2 Replies Latest reply on Oct 26, 2010 11:10 PM by Grant Little

    What is the expected behaviour for failover when using JCA

    Grant Little Newbie

      What is the expected behaviour of Hornet Q Live/Backup pairs when working in a XA transaction using the JCA connector?

       

      My assumption is if the primary server fails then everything should failover seemlessly to the backup without exceptions being thrown. However this is currently not the behaviour I am seeing.

       

      I have a simpe test scenario.

       

      Environment:

      * HornetQ 2.1.2

      * Ubuntu 10.10

      * Java 1.6.0_21

      * JBoss 4.0,2

       

      1. Remote Primary Server is running

      2. Remote Backup server is running

      3. I have a DefaultMessageListenerContainer connected to the primary server. It is connected to the ConnectionFactory using a local JNDI lookup (in JBoss - defined in a jms-remote-ds.xml file) which connects to the HornetQ servers.

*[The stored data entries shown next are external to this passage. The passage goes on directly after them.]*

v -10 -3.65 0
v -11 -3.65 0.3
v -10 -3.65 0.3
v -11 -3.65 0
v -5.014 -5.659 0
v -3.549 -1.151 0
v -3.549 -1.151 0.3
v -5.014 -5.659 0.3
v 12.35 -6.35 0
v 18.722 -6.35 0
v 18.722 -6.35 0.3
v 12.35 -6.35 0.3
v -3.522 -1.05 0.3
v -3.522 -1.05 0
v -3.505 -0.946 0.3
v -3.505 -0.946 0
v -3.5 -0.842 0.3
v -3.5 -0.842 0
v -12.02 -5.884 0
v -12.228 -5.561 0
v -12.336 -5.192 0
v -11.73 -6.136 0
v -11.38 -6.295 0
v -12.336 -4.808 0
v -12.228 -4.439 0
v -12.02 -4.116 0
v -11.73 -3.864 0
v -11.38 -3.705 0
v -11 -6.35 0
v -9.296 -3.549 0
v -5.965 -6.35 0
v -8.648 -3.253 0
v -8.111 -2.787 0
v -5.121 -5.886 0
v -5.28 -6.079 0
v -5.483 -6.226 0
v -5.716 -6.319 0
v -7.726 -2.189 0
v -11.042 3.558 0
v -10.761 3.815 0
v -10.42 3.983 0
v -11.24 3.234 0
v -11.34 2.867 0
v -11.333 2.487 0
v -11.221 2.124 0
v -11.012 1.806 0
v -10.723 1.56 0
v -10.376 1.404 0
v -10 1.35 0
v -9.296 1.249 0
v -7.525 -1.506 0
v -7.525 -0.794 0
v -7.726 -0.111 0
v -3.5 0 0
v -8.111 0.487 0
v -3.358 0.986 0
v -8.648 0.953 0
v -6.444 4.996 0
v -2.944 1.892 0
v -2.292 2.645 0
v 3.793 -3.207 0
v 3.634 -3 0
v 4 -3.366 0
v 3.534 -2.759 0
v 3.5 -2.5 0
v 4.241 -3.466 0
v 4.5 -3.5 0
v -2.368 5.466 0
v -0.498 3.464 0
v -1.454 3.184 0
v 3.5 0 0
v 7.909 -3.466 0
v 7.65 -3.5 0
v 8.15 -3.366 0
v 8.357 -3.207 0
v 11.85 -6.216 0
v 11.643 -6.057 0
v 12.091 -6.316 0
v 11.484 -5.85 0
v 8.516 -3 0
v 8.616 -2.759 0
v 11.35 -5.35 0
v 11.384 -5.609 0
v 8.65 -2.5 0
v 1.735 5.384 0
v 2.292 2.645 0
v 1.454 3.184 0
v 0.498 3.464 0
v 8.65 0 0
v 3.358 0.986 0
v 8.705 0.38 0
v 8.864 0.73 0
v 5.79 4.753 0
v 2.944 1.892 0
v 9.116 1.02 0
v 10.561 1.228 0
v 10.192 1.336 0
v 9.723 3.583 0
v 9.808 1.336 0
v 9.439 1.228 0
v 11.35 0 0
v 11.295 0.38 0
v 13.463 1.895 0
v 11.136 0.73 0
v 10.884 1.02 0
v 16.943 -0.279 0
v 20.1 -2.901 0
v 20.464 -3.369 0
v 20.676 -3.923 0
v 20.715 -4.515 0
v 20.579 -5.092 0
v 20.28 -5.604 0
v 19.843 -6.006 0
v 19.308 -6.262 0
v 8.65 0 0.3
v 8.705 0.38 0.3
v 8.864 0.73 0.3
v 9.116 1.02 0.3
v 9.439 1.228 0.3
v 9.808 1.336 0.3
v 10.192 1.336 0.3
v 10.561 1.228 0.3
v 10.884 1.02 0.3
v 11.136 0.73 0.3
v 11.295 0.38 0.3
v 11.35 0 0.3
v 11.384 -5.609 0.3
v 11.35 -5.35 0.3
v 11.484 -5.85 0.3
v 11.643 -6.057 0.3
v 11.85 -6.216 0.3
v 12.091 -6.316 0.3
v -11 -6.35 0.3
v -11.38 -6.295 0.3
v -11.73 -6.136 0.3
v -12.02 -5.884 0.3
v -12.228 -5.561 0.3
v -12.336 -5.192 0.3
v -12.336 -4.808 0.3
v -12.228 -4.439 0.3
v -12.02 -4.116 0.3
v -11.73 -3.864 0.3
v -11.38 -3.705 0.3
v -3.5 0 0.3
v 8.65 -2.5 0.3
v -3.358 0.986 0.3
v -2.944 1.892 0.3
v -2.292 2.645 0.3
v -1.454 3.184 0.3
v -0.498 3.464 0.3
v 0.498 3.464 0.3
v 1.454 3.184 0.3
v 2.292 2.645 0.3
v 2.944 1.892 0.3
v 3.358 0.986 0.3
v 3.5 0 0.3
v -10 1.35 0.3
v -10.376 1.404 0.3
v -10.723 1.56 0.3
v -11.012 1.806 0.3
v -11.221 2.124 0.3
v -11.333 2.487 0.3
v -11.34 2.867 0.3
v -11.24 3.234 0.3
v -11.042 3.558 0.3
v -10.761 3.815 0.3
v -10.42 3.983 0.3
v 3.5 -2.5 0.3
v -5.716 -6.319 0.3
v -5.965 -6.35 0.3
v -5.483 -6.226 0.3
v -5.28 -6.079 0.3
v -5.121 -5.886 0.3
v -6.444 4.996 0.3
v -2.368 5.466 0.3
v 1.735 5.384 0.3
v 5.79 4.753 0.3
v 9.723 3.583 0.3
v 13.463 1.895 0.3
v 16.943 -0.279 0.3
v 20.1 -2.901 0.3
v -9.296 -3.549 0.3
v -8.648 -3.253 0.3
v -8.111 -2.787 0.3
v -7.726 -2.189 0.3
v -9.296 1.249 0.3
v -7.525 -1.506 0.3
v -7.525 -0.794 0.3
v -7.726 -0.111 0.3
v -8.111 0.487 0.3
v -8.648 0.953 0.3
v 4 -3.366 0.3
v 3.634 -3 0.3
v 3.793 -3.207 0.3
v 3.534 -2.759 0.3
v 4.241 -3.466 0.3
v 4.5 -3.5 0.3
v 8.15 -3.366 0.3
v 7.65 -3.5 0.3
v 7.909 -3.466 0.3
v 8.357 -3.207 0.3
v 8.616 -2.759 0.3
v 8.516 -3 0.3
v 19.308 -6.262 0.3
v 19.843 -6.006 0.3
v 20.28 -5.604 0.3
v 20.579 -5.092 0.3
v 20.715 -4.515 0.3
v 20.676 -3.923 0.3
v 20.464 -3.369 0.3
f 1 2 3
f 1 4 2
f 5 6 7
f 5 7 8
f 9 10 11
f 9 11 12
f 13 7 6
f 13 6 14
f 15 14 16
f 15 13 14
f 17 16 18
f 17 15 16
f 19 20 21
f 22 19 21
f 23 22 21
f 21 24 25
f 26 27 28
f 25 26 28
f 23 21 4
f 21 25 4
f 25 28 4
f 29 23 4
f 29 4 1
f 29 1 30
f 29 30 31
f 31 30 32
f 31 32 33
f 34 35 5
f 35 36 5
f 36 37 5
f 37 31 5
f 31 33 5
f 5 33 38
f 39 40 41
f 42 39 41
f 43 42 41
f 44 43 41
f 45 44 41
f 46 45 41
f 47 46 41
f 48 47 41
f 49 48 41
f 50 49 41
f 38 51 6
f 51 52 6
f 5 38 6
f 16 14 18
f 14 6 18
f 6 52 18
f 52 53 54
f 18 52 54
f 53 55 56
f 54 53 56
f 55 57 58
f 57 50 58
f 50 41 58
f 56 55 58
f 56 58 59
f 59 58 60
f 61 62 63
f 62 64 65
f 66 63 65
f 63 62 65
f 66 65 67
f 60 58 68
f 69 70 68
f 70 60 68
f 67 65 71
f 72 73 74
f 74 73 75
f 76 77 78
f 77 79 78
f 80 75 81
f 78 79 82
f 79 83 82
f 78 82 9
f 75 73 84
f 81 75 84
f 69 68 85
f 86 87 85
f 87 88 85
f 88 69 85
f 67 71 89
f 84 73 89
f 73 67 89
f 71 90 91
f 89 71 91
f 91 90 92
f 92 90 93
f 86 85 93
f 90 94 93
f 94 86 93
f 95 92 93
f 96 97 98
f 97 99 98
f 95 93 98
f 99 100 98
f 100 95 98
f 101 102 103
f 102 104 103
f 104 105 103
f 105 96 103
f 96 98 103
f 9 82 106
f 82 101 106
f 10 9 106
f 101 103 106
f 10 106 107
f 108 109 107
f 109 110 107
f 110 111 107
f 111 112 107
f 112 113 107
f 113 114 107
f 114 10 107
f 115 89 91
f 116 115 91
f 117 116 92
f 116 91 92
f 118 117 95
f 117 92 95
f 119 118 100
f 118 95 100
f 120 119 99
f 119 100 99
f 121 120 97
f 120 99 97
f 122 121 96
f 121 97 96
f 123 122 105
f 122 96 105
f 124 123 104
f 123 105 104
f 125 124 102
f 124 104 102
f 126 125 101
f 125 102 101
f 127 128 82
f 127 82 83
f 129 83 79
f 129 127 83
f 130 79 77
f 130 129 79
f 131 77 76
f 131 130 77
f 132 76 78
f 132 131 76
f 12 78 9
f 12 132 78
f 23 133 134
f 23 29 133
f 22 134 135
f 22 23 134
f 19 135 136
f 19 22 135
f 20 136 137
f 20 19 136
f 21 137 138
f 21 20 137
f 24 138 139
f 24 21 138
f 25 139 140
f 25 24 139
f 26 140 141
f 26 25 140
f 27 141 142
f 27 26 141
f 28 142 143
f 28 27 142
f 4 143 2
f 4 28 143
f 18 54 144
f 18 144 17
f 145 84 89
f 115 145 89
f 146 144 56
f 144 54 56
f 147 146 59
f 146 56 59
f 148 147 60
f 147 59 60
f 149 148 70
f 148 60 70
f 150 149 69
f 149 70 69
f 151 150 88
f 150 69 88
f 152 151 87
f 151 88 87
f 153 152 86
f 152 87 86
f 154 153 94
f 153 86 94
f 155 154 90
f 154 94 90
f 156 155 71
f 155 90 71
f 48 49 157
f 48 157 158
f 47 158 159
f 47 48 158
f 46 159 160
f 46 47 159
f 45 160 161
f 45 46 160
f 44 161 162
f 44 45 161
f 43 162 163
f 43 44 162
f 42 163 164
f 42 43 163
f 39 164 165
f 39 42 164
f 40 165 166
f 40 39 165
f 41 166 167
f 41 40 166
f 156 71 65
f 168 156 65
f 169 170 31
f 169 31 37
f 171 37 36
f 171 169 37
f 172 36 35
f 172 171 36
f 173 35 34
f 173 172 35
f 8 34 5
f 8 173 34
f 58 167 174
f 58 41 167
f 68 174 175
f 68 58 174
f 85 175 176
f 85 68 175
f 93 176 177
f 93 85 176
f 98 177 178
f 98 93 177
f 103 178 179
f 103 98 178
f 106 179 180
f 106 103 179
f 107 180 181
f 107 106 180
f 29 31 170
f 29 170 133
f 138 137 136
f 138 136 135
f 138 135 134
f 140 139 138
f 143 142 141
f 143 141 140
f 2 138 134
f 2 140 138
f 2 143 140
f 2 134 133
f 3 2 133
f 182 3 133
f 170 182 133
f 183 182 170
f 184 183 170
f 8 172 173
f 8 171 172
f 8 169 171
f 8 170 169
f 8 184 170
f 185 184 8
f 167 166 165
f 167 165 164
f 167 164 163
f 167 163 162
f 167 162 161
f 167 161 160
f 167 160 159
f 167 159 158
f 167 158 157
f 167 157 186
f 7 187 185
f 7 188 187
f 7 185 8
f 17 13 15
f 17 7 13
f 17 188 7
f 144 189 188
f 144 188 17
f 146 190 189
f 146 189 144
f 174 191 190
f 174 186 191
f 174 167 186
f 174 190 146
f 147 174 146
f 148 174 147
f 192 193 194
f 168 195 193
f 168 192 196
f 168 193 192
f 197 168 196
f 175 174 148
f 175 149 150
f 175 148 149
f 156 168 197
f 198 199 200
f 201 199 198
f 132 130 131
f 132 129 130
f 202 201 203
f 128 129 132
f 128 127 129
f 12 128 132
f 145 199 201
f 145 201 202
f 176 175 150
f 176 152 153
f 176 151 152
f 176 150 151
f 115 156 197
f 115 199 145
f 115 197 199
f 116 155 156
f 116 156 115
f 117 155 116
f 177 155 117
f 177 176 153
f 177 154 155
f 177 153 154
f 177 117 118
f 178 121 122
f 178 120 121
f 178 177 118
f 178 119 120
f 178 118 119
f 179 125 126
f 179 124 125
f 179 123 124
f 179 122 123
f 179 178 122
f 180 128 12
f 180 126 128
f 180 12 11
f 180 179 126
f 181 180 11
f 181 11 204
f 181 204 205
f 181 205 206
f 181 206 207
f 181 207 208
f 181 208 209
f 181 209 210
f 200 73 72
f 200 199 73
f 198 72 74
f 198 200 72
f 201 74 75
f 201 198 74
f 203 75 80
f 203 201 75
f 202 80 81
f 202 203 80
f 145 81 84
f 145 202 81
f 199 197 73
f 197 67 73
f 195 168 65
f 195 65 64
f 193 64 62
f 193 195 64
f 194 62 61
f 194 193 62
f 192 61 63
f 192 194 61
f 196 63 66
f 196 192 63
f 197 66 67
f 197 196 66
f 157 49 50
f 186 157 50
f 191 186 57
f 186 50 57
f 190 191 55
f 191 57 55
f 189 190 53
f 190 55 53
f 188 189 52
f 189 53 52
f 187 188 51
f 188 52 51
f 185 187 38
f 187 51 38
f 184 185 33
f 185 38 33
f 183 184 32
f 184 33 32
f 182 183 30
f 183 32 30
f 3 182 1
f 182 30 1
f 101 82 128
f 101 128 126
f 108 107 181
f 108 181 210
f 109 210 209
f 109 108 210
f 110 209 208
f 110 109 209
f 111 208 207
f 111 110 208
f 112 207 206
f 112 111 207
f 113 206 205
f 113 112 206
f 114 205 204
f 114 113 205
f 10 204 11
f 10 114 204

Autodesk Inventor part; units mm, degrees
ref_plane "YZ Plane" through (0, 0, 0) normal (1, 0, 0) x (0, 1, 0)
ref_plane "XZ Plane" through (0, 0, 0) normal (0, 1, 0) x (-1, 0, 0)
ref_plane "XY Plane" through (0, 0, 0) normal (0, 0, 1) x (1, 0, 0)
sketch "Sketch1" plane through (0, 0, 0) normal (0, 0, 1) x (1, 0, 0)
  circle A0 centre (0, 0) radius 3.5
  circle A1 centre (10, 0) radius 1.35
  circle A2 centre (18.7217, -4.35) radius 2
  line L0 (-3.5, 0) -> (-3.5, -1)
  line L1 (-3.5, -1) -> (-5.2383, -6.35)
  line L2 (-5.2383, -6.35) -> (-11, -6.35)
  line L3 (3.5, 0) -> (3.5, -3.5)
  line L4 (3.5, -3.5) -> (8.65, -3.5)
  line L5 (8.65, -3.5) -> (8.65, 0)
  arc A3 (20.1001, -2.9009) -> (-10.4205, 3.9828) centre (-0.9208, -25) ccw
  circle A4 centre (-10, 2.7) radius 1.35
  circle A5 centre (-11, -5) radius 1.35
  line L6 (18.7217, -6.35) -> (11.35, -6.35)
  line L7 (11.35, -6.35) -> (11.35, 0)
  line L8 (-11, -3.65) -> (-10, -3.65)
  arc A6 (-10, -3.65) -> (-10, 1.35) centre (-10, -1.15) ccw
  line L9 (-10, 1.35) -> (-10, 1.35)
  dimension "d0" = 3.5
  dimension "d1" = 1.35
  dimension "d2" = 10
  dimension "d5" = 1
  dimension "d6" = 30.5
  dimension "d10" = 20
  dimension "d15" = 21.5
  dimension "d16" = 18
  dimension "d18" = 2
  dimension "d20" = 10
  dimension "d21" = 11
  dimension "d22" = 2.5
extrude "Extrusion1" add sketch "Sketch1" along normal blind 0.3 contours A0 L0 L1 L2 A5 L8 A6 A4 A3 A2 L6 L7 A1 L5 L4 L3 | A5 | A2 | A4
fillet "Fillet1" radius 1 5 edges at (-5.2383, -6.35, 0.15) (-3.5, -1, 0.15) (3.5, -3.5, 0.15) (8.65, -3.5, 0.15) (11.35, -6.35, 0.15)
properties part number "308-15" material "Steel"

      4. I send a message to an example queue and I can see the DefaultMessageListenerContainer sending it to my simple MessageListener (which does a simple  - System.out.println( ((TextMessage)message).getText())).

      5. I kill the primary server

      6. I get XA transaction exceptions being thrown.

      7. Rather than failing over the existing transaction seemlessly. The transaction is ended (due to the XA exception) the connection is destroyed, a new one is attempted (which fails as the primary is unavailable) and then after n retries to the primary a connection to the backup is established.

       

      Part of the issue is that when the connection fails over it notifies the container which appears to destroy all of the connections in the connection pool (in JBoss). I have already logged a possible defect HORNETQ-555 which is related to this.

       

      However I have applied a local patch to attempt to stop this happening.  In my patch, if the failover occurs I simply don't notify the listeners  that the connection failed and let it resume.

       

      Even with my patch I continue to get XA transaction exception being thrown, I appreciate that this is just a simple local patch and may not be  fully implementing what is required (not to mention the fact that the  documentation states that listeners should always be notified even after  failover).

       

      Therefore this is really a question on what is the expected outcome in this scenario? Is HornetQ expected to failover seemlessly within the existing XA transaction? If so then has anybody actually had this working in a real world situation?

       

      I also supplied a patch HORNETQ-556 to allow FailoverOnInitialConnection to work from the JCA connector. This makes me suspicious that I may be using HornetQ in some uncommon way. As from what I can see a server (jboss outage) could never re-establish a connection to a backup server using JCA (it works from a non-JCA environment).

        • 1. Re: What is the expected behaviour for failover when using JCA
          Clebert Suconic Master

          if it failed before prepare, you're supposed to see a rollback only during commit. A Commit will fail with a rollback only.

           

          If a failure happened between Prepare and Commit, you will need to restart the server as the TM doesn't support replication (as far as I know) only the live node will have information about the pending TX.

           

          I believe Andy Taylor had a talk to TM guys recently about this.

          • 2. Re: What is the expected behaviour for failover when using JCA
            Grant Little Newbie

            Thanks Clebert,

             

            I was under the impression that the failover would "replay" the messages to the backup server (from its cache) and therefore the backup would be seemless. I'm guessing this isn't the case then.

             

            I can understand the situation if the failover happens between the prepare and commit as this would leave the transaction in a dangerous state. When you say restart the server, I presume you are talking about the JBoss server (as it contains the TM). Is there some way to determine when this server restart is required (as opposed to a standard - albeit hopefully not too common XA transaction exception), so we can add some monitoring etc?